Mis palabras fueron muy prudentes. Dije algo así como que estábamos en una situación inédita en la Iglesia, nunca antes había renunciado un Papa, excepto Celestino V, pero aquello fue distinto, y ahora nos encontrábamos en una tesitura en la que era necesario un cambio. Creo que di un par de nombres que podían ser candidatos, pero erré completamente.
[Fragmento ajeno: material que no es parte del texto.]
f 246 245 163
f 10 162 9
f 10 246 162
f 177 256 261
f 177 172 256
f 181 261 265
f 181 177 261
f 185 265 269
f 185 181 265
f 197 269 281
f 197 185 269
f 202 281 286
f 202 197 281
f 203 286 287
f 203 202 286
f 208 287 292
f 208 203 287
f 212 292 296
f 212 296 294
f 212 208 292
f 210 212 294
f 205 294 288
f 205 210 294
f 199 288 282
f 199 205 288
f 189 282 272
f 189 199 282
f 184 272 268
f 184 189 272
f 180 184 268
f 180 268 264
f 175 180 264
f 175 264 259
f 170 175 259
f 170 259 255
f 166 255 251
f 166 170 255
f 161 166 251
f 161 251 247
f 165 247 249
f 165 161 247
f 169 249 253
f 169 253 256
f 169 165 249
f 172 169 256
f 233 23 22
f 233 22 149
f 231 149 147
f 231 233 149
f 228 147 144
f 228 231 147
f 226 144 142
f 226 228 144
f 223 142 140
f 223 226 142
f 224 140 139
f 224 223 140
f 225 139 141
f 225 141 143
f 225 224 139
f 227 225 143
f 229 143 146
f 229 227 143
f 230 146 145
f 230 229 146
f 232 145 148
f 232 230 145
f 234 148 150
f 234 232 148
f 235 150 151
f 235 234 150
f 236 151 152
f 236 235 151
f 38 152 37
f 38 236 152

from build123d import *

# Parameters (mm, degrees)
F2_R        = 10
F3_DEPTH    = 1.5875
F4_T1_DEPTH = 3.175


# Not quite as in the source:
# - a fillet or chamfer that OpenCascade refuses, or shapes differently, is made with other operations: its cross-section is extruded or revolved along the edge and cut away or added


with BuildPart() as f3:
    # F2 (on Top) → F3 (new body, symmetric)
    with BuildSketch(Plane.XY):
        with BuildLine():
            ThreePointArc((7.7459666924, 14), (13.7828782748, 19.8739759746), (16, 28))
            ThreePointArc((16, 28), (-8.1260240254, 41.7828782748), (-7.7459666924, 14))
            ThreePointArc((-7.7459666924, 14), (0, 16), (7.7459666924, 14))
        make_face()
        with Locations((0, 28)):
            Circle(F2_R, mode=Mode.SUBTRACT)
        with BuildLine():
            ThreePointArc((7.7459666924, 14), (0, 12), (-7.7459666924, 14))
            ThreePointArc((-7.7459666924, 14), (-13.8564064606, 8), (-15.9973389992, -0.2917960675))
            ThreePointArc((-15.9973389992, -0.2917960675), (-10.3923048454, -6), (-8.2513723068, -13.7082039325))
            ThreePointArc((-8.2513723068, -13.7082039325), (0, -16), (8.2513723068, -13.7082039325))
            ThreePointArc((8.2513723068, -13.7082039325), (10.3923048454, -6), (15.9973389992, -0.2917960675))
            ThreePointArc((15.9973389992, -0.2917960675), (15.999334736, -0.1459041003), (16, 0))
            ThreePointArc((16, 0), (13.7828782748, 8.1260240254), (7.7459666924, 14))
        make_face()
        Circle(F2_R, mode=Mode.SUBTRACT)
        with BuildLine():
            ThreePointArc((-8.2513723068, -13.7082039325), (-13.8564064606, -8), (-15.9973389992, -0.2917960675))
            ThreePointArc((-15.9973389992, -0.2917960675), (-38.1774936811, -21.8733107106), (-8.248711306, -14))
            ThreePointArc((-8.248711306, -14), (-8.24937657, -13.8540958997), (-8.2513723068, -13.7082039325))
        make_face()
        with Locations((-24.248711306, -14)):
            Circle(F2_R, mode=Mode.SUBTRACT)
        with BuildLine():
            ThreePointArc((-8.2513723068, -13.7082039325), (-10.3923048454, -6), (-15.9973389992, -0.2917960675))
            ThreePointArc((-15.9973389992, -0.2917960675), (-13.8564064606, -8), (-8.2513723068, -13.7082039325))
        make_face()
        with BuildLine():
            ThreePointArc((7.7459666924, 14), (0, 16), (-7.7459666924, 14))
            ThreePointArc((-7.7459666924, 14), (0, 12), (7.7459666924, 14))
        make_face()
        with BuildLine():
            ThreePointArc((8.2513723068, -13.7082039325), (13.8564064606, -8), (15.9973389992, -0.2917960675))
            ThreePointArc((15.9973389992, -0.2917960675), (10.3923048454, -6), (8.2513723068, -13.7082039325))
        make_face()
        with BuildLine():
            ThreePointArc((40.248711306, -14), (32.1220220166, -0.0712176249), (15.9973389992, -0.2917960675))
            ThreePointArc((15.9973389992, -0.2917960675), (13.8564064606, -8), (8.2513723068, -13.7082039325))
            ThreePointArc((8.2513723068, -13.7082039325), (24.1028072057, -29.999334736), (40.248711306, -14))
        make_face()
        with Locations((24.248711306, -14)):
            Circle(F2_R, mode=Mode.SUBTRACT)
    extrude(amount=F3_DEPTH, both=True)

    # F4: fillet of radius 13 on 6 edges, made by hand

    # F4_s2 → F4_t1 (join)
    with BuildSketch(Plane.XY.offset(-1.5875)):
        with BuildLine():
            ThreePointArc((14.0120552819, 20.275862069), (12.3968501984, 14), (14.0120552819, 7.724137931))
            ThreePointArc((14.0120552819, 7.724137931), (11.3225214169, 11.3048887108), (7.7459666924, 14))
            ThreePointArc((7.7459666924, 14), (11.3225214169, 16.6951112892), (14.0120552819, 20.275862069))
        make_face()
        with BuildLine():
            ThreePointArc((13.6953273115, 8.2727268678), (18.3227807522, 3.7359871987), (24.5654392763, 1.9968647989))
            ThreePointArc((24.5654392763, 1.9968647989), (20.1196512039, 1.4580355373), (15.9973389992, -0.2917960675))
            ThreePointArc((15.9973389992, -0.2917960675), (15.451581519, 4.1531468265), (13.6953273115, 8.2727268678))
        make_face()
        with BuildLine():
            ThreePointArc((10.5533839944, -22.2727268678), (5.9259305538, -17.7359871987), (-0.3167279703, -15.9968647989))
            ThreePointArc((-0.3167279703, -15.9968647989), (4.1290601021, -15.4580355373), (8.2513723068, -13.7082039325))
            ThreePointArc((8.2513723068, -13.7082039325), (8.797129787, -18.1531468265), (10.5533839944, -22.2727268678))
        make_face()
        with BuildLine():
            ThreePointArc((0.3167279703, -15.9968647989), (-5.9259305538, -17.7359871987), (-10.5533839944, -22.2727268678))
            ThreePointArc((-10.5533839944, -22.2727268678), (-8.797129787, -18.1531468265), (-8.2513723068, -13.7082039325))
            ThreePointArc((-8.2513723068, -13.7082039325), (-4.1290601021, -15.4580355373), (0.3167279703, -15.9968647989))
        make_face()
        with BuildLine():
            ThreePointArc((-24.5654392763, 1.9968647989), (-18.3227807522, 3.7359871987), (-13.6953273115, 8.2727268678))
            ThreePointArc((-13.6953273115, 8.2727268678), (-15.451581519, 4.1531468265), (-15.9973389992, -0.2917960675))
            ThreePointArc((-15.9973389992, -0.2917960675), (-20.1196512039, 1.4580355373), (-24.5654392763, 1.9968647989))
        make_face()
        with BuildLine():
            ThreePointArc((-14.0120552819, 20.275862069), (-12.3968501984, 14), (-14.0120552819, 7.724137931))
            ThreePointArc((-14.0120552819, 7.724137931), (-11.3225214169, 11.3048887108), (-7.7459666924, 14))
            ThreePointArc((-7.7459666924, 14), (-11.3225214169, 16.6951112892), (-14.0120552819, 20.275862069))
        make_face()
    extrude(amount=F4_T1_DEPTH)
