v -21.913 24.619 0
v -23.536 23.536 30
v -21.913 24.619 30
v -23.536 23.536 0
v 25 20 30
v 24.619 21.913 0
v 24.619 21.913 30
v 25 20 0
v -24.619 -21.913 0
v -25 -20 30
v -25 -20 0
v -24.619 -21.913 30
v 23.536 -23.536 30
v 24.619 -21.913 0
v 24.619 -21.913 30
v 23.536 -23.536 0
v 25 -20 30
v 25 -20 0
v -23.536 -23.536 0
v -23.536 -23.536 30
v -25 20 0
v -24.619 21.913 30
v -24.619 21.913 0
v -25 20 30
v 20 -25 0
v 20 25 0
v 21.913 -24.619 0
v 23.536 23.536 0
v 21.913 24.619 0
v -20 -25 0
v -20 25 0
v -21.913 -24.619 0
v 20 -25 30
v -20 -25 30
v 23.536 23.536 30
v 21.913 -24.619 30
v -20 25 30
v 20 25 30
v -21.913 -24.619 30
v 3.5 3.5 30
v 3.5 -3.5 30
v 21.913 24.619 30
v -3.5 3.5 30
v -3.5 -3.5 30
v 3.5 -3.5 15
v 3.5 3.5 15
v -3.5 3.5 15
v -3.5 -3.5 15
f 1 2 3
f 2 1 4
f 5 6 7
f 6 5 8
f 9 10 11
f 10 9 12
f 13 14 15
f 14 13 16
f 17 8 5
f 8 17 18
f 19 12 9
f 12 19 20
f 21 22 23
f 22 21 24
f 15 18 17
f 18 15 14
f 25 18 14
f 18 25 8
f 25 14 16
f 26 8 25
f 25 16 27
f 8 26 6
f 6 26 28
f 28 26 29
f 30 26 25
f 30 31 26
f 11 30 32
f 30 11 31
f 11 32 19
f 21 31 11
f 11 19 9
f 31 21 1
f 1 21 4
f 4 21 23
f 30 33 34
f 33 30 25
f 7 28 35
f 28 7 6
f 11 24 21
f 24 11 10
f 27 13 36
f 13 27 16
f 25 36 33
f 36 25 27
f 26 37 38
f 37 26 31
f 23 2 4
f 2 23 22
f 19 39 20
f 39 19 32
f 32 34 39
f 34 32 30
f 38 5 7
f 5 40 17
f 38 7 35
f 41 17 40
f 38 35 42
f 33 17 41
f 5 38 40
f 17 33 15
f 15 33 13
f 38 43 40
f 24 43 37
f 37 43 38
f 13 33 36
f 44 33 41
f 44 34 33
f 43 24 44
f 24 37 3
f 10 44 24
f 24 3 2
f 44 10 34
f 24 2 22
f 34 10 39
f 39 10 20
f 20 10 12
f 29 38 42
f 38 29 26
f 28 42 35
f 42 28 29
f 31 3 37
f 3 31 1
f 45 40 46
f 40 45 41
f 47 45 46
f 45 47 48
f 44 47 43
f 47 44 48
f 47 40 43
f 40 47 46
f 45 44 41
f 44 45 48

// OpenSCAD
// file: rounded-box.scad
use_minkowski = true;
cylinder_faces = 100;

%rounded_box(10,10,10, 2);
cylinder(r = 2, h = 1);

module rounded_box(length, width, height, r) {

    if (use_minkowski) {
        
        minkowski() {

            cylinder(r = r, h = 1);

            cube(size=[ length - (r * 2.0),
                        width - (r * 2.0),
                        height - 1 ], center = false);

        }
        
    } else {
        
        hull() {
            translate([r,r,0]) cylinder(r = r, h = height, $fn = cylinder_faces);
            translate([length-r,r,0]) cylinder(r = r, h = height, $fn = cylinder_faces);
            translate([length-r,width-r,0]) cylinder(r = r, h = height, $fn = cylinder_faces);
            translate([r,width-r,0]) cylinder(r = r, h = height, $fn = cylinder_faces);
        }
    }

}
// main file
use <rounded-box.scad>;

extrusion = 40;   // 40mm x 40mm
tolerance =  0.75; // 0.5mm in each direction

if (1) {
    foot(extrusion + 10.0, extrusion + 10.0, extrusion - 10);
}

module foot(l, w, h) {

corner_radius = 5.0;
scale_factor = (extrusion + 2.0 * tolerance) / extrusion;


    difference() {
        translate([-(l / 2.0 - corner_radius), -(w / 2.0 - corner_radius), 0]) rounded_box(l, w, h, corner_radius);

        scale([scale_factor, scale_factor, 1]) translate([-extrusion / 2.0, -extrusion / 2.0, h / 2.0]) 
        linear_extrude(height = h / 2.0 + 1.0) import("kjn/extrusion.dxf");
        translate([0, 0, 3.0 * h / 4.0 + 1.0 / 2.0]) cube([7.0, 7.0, h / 2.0 + 1.0], center = true);
    }

}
Acabado el seminario me marché a casa. En el coche iba escuchando RNE en directo. El nuevo Papa se asomaría al balcón de la plaza de San Pedro, el locutor retransmitía la escena con emoción contenida. Sonaban las palabras en latín del Cardenal que presentaban al nuevo Papa: «Annuntio vobis gaudium magnum, habemus papam!... Cardinalem Bergoglio? qui sibi nomem imposuit Franciscum». En este momento, tuve que detener el vehículo, porque no podía creer que un Papa de la Iglesia católica se impusiera el nombre de Francisco, del santo de Asís, el santo de la pobreza, la humildad y la paz. Desde una perspectiva estrictamente política, San Francisco representa justo lo opuesto al papado: sencillez, humildad, pobreza, amor, renuncia, decoro, cercanía? En definitiva, Papa y Francisco son términos casi irreconciliables en la historia de la política eclesial, y Bergoglio unía en su persona esta radical imposibilidad, dando una señal muy potente. Un Papa llamado Francisco debía ser el Papa de la pobreza, por necesidad, y así lo está demostrando, pero, sobre todo, un Papa llamado Francisco debía ser el Papa de la reforma eclesial.

Resuenan las palabras de la iglesia de San Damián que escuchó San Francisco: «Ve y repara mi Iglesia, que amenaza ruina». La Iglesia católica amenaza ruina y el Papa Francisco ha emprendido el camino de la reforma. De una reforma que debe llegar a ser una revolución, pero tranquila, sin muertos de por medio, sin intrigas, sin vencedores y vencidos.

Estamos inmersos en un proceso de reconstrucción de una Iglesia que debe volver a la piedra sobre la que edificar de nuevo. Aquella piedra está vinculada a la vida y predicación de un galileo ejecutado por el Imperio romano como disidente. Y también está vinculada a la buena noticia para los pobres y oprimidos de este mundo. Si la Iglesia no es la voz de los oprimidos, si no es su valedora, no será la Iglesia de Jesús de Nazaret, seguirá siendo un poder más, como los de este mundo.